Provide the number of lines in the entries below containing "rotate", with no further words.

-------- Data for this task --------

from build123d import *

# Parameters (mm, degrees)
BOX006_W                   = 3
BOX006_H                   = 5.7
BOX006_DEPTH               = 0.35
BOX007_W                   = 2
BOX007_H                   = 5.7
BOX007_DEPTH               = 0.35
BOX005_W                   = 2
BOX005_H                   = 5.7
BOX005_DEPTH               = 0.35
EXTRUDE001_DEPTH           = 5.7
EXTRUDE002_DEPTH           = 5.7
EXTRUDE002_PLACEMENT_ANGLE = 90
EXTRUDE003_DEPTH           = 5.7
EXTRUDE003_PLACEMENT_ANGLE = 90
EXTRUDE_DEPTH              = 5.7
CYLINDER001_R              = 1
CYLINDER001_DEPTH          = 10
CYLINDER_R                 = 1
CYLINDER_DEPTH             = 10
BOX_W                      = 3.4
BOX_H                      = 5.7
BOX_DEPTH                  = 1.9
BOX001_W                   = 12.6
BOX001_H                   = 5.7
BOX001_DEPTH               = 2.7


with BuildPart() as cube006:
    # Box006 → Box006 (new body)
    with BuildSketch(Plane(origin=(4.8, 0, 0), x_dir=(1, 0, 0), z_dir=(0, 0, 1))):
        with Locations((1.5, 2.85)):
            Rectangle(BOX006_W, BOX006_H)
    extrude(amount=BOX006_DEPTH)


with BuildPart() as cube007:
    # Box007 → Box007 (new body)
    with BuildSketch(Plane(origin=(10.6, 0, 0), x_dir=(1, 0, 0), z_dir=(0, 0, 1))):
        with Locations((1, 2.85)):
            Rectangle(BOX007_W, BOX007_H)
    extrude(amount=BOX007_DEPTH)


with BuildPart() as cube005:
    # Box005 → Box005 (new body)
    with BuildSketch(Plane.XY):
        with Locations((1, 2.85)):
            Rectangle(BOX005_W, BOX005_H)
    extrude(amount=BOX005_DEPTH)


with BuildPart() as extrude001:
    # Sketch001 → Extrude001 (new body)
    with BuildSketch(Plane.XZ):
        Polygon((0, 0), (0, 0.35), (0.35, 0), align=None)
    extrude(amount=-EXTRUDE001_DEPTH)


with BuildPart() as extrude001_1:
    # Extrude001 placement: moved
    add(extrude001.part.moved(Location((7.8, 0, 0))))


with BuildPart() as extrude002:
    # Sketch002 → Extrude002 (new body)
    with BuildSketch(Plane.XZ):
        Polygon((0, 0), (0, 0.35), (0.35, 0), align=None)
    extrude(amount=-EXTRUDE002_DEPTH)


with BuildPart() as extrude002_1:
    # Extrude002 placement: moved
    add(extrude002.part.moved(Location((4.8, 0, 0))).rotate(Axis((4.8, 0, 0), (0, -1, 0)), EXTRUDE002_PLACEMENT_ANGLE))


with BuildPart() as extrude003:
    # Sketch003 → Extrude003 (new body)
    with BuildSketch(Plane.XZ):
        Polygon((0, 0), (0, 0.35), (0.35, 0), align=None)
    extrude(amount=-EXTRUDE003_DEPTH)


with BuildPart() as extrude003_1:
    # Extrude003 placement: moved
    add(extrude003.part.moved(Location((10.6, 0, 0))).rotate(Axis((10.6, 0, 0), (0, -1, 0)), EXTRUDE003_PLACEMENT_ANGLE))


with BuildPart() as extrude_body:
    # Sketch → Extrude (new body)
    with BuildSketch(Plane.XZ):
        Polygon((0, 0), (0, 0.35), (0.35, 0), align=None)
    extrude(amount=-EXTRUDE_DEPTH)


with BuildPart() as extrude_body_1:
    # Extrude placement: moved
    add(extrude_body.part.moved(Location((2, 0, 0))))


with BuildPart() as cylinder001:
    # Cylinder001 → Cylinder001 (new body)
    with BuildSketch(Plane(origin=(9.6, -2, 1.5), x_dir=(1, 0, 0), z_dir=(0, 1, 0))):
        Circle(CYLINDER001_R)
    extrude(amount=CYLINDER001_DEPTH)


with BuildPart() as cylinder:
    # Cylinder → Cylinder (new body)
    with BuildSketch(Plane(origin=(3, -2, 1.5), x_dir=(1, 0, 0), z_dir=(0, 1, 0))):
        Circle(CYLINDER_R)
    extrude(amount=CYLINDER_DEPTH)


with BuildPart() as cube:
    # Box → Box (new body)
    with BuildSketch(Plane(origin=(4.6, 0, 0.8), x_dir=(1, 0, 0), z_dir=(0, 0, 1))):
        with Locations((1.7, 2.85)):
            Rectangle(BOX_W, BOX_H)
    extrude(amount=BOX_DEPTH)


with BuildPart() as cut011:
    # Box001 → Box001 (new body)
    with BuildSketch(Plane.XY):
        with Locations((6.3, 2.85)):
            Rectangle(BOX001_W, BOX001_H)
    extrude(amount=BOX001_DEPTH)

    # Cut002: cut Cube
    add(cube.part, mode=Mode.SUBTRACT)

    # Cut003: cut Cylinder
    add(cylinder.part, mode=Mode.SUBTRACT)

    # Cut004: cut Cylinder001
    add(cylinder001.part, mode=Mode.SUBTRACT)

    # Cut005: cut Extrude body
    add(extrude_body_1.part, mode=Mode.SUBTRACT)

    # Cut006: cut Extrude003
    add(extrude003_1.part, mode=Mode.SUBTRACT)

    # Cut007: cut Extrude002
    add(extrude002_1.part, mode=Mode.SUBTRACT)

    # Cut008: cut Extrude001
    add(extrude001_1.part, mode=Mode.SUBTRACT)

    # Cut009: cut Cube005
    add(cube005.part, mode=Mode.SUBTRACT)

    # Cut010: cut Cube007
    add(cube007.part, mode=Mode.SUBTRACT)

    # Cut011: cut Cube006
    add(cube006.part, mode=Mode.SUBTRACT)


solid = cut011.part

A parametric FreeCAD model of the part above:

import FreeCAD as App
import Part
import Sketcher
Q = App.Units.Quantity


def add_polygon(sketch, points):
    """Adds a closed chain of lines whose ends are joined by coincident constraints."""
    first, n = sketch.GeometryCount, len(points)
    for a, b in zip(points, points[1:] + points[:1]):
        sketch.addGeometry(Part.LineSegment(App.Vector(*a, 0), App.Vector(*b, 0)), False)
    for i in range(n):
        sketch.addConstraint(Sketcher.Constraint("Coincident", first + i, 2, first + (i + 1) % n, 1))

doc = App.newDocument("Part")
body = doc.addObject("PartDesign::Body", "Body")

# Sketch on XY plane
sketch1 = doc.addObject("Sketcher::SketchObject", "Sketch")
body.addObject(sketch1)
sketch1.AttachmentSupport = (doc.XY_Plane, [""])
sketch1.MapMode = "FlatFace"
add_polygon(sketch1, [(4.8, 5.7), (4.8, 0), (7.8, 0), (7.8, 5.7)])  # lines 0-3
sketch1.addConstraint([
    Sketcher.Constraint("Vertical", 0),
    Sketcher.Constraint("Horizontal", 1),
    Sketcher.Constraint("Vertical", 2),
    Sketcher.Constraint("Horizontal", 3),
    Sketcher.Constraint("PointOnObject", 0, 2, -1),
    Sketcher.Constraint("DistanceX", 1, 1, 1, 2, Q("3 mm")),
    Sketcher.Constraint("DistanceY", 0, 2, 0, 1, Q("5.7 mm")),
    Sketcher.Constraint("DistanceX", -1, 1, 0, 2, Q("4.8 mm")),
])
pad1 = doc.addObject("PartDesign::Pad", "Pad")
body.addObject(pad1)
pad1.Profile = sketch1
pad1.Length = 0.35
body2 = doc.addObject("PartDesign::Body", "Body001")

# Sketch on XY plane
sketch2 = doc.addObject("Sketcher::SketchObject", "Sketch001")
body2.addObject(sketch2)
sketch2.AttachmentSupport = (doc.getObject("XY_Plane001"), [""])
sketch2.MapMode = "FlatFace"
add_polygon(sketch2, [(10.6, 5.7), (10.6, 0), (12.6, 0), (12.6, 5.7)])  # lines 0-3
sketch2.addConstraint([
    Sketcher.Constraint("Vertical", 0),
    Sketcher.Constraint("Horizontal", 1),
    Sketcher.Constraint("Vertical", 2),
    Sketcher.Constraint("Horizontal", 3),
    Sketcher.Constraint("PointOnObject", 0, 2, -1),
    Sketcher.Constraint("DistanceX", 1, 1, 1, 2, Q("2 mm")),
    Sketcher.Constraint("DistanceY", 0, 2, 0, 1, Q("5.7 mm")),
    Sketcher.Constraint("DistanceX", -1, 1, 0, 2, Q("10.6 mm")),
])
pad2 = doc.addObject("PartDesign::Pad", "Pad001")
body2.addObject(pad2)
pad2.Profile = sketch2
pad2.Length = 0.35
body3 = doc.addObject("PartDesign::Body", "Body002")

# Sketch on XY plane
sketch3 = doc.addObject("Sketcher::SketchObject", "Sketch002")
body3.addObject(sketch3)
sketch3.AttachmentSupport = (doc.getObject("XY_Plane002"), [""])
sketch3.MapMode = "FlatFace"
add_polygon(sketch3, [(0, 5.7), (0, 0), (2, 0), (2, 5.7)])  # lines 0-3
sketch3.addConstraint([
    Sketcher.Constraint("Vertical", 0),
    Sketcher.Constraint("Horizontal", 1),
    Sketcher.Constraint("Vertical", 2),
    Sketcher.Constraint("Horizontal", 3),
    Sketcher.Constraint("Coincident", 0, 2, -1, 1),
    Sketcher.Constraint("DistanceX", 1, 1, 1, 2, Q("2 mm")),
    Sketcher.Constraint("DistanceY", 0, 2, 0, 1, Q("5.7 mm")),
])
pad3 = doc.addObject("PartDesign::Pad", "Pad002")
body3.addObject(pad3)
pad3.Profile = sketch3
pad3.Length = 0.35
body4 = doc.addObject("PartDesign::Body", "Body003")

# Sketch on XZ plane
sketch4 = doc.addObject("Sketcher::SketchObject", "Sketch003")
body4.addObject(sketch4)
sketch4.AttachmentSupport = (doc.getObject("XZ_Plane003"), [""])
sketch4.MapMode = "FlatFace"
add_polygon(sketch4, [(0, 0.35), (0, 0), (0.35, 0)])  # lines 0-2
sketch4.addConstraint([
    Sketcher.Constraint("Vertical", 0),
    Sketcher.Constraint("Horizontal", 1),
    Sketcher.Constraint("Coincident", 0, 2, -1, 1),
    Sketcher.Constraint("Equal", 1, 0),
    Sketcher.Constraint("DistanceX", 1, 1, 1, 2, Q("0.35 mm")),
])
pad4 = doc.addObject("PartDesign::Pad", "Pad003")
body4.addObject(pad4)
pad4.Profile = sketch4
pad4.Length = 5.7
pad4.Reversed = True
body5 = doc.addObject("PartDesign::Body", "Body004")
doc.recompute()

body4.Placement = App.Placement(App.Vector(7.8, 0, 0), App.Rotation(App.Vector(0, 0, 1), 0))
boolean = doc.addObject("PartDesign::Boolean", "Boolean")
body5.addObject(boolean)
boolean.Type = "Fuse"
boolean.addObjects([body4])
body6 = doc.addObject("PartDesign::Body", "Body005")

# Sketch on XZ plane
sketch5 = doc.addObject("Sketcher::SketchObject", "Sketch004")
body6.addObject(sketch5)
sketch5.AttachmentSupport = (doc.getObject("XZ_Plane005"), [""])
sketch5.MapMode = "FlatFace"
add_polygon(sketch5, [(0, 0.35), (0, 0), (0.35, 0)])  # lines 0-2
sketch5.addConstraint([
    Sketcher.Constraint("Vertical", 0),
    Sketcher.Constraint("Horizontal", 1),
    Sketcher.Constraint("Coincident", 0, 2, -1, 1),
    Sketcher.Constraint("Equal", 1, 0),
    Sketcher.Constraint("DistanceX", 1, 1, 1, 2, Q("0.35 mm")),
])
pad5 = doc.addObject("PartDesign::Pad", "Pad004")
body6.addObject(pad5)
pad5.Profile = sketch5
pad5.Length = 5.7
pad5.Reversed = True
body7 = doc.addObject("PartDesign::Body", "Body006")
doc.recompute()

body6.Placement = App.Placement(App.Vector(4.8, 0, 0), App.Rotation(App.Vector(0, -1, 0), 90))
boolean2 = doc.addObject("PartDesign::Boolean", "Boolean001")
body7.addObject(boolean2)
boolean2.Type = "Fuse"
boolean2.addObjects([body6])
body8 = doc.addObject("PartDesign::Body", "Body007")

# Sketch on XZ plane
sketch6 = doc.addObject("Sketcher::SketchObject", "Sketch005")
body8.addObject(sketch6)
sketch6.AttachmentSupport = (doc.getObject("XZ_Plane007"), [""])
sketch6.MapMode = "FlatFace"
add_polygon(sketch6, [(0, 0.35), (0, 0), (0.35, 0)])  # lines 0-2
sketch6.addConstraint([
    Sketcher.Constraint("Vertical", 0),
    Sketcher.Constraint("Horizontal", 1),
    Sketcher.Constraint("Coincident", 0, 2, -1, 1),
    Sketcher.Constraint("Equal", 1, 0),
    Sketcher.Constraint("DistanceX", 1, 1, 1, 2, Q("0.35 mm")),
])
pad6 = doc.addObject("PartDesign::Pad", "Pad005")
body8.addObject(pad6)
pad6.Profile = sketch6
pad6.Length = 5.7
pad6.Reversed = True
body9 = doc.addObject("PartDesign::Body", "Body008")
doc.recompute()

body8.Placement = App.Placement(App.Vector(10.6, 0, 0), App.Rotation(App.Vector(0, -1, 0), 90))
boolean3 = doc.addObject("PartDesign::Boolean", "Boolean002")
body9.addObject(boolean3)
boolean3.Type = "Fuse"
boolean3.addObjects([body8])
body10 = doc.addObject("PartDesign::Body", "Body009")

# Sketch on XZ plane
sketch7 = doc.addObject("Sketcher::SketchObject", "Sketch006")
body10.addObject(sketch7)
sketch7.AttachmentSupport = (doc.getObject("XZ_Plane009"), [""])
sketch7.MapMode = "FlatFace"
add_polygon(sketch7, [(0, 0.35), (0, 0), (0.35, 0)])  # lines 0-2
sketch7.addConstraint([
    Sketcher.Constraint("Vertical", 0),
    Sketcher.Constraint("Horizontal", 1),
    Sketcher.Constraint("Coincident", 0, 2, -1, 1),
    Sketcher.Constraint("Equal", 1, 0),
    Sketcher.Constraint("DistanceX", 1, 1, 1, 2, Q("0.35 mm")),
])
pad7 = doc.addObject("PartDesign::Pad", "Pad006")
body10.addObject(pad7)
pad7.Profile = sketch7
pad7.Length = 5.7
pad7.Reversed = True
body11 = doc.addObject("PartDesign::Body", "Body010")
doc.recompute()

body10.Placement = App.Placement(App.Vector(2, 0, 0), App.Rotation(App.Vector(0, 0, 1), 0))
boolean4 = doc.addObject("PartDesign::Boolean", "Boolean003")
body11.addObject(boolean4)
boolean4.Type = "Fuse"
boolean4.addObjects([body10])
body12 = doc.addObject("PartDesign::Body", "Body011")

--------
-------- Data for this task --------

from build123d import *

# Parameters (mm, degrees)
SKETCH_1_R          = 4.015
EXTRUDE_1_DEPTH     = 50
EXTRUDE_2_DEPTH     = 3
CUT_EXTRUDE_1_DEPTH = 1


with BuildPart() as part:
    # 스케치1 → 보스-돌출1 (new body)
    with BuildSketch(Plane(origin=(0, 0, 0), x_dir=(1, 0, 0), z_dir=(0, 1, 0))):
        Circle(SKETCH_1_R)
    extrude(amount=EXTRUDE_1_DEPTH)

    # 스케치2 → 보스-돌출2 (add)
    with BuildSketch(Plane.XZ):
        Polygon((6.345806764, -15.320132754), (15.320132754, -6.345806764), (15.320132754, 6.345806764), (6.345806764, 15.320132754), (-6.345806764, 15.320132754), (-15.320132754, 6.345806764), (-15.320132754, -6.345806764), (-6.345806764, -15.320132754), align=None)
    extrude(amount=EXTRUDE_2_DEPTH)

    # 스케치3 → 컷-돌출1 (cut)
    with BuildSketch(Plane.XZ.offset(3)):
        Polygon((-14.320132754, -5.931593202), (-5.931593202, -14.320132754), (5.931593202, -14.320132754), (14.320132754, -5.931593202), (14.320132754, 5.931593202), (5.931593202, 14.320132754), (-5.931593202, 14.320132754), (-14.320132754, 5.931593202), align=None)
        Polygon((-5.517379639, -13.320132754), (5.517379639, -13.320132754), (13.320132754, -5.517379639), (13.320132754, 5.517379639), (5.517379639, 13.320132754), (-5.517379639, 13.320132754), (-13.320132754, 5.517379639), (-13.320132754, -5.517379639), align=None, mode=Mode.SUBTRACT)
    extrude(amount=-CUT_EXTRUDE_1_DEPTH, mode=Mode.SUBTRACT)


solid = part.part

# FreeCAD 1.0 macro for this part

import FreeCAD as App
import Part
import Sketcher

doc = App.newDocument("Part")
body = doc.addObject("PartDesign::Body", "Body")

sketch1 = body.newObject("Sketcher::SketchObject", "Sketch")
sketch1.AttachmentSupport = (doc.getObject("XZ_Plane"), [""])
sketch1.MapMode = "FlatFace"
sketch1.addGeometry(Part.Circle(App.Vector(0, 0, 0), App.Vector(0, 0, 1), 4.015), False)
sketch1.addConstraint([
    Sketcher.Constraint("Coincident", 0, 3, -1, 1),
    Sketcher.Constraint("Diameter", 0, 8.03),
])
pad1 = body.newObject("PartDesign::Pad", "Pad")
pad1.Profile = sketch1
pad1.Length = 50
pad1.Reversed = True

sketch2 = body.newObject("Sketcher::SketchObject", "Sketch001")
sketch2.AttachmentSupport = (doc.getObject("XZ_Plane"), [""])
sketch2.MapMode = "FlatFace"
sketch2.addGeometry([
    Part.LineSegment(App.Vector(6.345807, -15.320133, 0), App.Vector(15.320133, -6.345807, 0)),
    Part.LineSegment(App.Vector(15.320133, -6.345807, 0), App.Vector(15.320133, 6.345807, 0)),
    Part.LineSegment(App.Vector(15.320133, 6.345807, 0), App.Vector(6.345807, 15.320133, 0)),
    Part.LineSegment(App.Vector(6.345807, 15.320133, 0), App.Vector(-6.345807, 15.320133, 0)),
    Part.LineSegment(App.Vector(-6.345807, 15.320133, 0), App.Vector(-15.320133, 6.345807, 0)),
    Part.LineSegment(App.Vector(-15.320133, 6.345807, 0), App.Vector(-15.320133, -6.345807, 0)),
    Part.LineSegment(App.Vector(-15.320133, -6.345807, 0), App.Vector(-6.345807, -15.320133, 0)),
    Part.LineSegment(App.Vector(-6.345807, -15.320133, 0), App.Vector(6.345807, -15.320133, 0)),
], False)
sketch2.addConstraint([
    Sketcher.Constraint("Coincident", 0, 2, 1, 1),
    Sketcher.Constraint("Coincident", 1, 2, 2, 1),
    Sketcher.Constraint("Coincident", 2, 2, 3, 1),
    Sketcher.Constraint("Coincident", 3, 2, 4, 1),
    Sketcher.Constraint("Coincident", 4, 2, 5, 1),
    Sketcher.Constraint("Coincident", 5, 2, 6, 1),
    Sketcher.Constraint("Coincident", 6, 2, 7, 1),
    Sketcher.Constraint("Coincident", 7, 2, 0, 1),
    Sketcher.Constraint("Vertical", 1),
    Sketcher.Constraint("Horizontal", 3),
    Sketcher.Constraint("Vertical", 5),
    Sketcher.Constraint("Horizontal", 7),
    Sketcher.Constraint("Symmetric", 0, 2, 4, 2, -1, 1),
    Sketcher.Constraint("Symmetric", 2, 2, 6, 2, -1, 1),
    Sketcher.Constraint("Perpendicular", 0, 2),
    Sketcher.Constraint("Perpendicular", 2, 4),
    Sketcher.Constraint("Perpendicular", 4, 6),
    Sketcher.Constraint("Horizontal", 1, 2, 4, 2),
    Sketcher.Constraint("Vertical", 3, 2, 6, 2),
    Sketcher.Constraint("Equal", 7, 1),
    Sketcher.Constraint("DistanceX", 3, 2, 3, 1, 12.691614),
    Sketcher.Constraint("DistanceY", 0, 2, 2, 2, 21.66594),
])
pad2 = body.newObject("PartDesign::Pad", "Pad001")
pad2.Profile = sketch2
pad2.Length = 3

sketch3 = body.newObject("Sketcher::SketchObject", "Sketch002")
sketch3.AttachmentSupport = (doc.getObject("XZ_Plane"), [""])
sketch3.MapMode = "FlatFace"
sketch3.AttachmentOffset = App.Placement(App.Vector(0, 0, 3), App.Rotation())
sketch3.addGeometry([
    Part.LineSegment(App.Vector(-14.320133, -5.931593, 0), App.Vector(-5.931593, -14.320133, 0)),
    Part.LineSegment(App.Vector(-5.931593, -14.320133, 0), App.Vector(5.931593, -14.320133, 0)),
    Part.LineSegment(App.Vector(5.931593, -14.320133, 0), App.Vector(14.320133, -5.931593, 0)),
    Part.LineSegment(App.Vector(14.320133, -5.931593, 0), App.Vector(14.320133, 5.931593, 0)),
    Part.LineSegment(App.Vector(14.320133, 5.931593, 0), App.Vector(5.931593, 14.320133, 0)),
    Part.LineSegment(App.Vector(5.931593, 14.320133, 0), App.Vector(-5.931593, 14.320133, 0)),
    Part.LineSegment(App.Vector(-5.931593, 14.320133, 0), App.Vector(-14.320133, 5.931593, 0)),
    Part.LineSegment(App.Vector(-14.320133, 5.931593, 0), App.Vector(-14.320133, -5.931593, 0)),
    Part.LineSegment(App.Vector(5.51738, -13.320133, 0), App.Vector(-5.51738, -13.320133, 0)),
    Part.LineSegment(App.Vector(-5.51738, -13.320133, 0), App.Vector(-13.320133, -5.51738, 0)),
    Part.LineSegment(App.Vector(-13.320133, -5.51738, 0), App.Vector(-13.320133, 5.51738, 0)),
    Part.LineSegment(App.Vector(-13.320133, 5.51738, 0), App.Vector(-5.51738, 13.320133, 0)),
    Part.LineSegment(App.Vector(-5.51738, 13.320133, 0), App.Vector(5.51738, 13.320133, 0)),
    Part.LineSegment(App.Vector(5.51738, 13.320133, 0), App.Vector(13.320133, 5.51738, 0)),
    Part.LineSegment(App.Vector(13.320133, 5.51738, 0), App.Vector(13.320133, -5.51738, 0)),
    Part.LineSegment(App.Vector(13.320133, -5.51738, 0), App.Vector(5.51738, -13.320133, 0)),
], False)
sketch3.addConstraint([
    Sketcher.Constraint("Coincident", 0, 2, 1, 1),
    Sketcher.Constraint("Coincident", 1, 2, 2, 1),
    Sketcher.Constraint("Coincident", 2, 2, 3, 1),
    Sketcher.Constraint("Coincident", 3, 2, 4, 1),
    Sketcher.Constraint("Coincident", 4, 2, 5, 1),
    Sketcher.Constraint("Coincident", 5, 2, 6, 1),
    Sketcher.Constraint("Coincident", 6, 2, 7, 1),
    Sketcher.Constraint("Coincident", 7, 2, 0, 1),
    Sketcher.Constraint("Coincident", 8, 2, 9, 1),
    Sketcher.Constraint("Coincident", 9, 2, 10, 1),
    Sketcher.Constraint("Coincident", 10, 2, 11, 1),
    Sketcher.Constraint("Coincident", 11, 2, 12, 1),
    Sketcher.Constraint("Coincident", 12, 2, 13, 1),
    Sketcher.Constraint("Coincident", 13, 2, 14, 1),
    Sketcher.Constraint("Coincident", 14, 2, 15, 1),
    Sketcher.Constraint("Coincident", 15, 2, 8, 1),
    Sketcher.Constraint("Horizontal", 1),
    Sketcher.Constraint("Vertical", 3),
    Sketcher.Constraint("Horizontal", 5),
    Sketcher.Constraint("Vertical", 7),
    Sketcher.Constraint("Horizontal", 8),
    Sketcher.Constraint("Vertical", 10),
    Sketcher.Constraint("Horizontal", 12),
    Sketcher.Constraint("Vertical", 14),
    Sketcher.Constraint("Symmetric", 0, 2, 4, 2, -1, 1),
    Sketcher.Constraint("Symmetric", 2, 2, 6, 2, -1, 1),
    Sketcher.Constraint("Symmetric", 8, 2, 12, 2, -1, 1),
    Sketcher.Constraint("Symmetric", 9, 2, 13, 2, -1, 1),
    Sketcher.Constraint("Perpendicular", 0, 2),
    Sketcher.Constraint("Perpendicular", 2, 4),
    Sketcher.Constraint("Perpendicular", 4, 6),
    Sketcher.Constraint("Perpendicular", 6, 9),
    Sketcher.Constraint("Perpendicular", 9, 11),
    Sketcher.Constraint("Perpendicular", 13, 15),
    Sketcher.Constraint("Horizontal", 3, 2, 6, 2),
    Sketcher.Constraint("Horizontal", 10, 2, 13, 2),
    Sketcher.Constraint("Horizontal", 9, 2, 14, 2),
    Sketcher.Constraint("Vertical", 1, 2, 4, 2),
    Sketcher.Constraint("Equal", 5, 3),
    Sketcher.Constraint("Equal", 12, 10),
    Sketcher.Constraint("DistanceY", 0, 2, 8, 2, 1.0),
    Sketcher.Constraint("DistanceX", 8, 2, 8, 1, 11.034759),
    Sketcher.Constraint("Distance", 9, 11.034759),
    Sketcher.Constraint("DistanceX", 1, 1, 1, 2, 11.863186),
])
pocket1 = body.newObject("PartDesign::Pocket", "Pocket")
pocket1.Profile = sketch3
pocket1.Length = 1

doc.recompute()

--------

■ Exercise answer: 2